Recently, I’ve been working for a text classification feature at a client. I started with a zero-shot classification pipeline, but it quickly became clear that tuning class descriptions was a cumbersome and manual process and not useful to build a good framework upon. The results of the zero-shot classification, reviewed by a business user, turned out to be valuable examples, so I opted for a few-shot learning approach after that. In total, I’ve been spending triple the anticipated time for this feature. To avoid you doing the same, here are some take-aways:

  1. Expectation management: language model web interfaces like ChatGPT and Hugging Face chat are nice demonstrators of the power of language models. However, they are still machine learning models. They require careful integration in your application, well-defined tasks, and lots of testing. If you use them to trigger business users, be sure to temper expectations too. If you got triggered by them yourself, be sure to research the subject well and look into (state-of-the-art) alternatives. It sucks to work on something for months, to realize an easy solution was already at hand.
  2. Hybrid solutions: during iterations with the business users, I noticed the subjectivity of our classes and how some misclassification more costly than others (think of diagnosing an ill person as healthy or judging a fragile bridge to be stable). There is only so much you can do with supervised learning. Make sure to include whitelist and blacklist capabilities, such that you can incorporate remarks in future iterations (account manager is not a manager in the finance department, but an employee in the sales department).
  3. Think ahead: you will spend the least time on a task like this by taking into account that you will spend some time on a task like this:
  • Do your research. You will find that a lot of your ideas have been tried before and often you can even find code to start from. Also, if you use blackbox components like language models, make sure to know what data they have been trained on, such that you don’t waste time with an English model for a multilanguage task.
  • Structure your code. It’s a data science project so split your repo in a data, models and code section. Clearly version and describe your data. Keep model cards that describe the specific model as well as its training data if used. Of course, track your code history with a tool like git.
  • Identify KPIs together with business users that assess your model performance and are understandable for them. Discuss the use case. Involve the business users in a thought experiment: “If I could provide you with a model that classifies your text with an accuracy of, say, 90%, what would you do with it?” It might show you right from the bat that the model won’t be used because of business restrictions.
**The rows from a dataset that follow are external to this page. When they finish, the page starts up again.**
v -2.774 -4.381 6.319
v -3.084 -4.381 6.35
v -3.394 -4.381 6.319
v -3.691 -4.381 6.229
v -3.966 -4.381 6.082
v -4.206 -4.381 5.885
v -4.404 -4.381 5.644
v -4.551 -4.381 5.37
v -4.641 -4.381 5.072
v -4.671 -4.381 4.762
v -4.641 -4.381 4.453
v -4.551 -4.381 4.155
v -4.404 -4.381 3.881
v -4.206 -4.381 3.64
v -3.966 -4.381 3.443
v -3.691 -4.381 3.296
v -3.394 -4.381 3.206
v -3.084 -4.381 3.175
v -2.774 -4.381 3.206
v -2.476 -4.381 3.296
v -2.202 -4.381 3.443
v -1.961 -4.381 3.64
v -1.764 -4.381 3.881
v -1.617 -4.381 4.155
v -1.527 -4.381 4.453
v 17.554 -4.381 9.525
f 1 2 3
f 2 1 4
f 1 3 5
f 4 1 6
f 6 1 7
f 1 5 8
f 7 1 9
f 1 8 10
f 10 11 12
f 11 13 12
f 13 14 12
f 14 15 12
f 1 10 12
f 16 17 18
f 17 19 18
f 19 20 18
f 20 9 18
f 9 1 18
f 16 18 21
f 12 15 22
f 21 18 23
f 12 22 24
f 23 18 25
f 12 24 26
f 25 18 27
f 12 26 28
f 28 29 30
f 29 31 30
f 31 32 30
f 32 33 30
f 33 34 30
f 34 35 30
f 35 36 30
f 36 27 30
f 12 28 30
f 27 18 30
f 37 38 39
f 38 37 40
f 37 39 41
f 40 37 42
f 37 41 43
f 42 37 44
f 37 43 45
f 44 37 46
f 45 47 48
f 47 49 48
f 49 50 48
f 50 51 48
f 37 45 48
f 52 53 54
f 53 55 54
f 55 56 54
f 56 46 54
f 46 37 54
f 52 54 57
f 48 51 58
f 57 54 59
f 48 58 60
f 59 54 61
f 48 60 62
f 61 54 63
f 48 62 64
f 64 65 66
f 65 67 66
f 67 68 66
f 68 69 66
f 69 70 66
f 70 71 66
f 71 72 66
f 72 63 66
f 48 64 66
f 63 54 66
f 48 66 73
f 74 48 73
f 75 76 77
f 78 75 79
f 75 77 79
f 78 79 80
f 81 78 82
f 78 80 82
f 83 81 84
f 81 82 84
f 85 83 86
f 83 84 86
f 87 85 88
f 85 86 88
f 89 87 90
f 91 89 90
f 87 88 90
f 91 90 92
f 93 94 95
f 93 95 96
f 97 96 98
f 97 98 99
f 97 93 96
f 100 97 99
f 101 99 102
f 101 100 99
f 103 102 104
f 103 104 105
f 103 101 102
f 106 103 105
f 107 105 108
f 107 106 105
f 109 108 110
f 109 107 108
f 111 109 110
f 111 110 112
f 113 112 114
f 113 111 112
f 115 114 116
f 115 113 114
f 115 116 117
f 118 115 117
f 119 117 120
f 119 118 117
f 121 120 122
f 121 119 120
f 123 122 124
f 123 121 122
  • Anticipate and incorporate feedback. If you don’t already have labeled data, you will be needing it for evaluating your model. You can let business users review the results, but you would do well by incorporating the results for next iterations (of course, make sure not to test on your training set).
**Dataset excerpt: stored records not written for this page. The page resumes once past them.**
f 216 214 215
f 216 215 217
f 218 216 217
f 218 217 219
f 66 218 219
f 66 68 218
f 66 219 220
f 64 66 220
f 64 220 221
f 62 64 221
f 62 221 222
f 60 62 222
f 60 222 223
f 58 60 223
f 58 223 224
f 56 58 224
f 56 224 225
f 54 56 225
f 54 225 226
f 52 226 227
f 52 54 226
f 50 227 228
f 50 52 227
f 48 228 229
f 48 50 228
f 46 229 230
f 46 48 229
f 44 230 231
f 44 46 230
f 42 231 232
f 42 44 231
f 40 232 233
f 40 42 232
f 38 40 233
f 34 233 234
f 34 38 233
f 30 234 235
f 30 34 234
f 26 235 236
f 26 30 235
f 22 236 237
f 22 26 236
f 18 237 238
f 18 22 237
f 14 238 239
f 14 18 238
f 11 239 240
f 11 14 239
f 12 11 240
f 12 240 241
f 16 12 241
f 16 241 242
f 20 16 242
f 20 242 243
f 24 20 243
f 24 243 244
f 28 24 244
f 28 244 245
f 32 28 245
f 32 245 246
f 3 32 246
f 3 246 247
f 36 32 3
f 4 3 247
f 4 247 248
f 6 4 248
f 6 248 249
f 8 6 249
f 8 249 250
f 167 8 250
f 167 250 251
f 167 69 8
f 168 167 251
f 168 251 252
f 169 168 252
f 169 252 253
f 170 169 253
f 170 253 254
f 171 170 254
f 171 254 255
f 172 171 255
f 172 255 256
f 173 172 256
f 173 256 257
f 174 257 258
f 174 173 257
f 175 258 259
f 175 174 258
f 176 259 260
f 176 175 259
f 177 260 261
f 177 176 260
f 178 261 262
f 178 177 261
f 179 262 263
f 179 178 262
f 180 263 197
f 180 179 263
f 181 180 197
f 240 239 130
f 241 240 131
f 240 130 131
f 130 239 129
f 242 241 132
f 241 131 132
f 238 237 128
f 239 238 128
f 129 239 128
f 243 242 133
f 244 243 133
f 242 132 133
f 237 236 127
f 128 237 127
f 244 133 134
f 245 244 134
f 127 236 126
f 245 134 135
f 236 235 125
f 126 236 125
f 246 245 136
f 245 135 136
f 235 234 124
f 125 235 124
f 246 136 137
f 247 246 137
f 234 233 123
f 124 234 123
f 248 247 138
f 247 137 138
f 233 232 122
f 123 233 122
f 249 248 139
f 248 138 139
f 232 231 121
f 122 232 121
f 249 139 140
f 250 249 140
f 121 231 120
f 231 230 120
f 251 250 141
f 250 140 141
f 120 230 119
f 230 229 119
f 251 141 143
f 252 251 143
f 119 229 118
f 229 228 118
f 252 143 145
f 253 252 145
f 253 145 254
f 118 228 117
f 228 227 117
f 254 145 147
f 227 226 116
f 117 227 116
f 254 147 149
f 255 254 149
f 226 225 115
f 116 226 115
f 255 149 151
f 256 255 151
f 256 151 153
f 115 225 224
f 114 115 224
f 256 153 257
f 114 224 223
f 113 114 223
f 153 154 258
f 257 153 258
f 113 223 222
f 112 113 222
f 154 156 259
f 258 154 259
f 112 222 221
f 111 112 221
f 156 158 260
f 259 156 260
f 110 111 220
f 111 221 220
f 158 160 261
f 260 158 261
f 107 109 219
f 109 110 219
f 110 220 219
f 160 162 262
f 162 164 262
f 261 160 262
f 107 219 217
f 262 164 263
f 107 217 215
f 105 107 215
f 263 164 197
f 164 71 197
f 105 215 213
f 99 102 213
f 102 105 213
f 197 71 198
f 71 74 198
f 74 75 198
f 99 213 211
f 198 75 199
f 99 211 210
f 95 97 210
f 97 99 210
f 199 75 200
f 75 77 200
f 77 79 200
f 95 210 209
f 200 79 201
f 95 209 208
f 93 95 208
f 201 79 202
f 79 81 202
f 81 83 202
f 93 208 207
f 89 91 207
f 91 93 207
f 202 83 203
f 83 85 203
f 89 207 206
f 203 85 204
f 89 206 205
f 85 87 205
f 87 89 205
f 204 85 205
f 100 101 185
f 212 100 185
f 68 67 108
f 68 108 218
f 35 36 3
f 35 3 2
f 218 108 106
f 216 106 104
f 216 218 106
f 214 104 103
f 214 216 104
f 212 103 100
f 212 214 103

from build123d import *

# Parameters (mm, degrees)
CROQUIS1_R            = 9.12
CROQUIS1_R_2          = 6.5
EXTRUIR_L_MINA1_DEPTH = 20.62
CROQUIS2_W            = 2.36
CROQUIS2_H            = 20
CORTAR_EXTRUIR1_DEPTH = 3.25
  1. Data quality: first of all, it sucks to label data. As I said, you’ll need data at least to assess your model. Make sure that you only have to label once. Choose classes wisely and with the right level of granularity. Check literature for existing frameworks. Your text classification task is probably older than you think and frameworks have been developed by people with plenty of domain knowledge – for job classification, think for instance of the European Standard Classification of Occupations (ESCO). Further, balance your examples to have a good view on all class accuracies and for balanced training if you’re doing few shot classification. If you can’t balance the data, use specific training methods for unbalanced data, like a weighted cost function.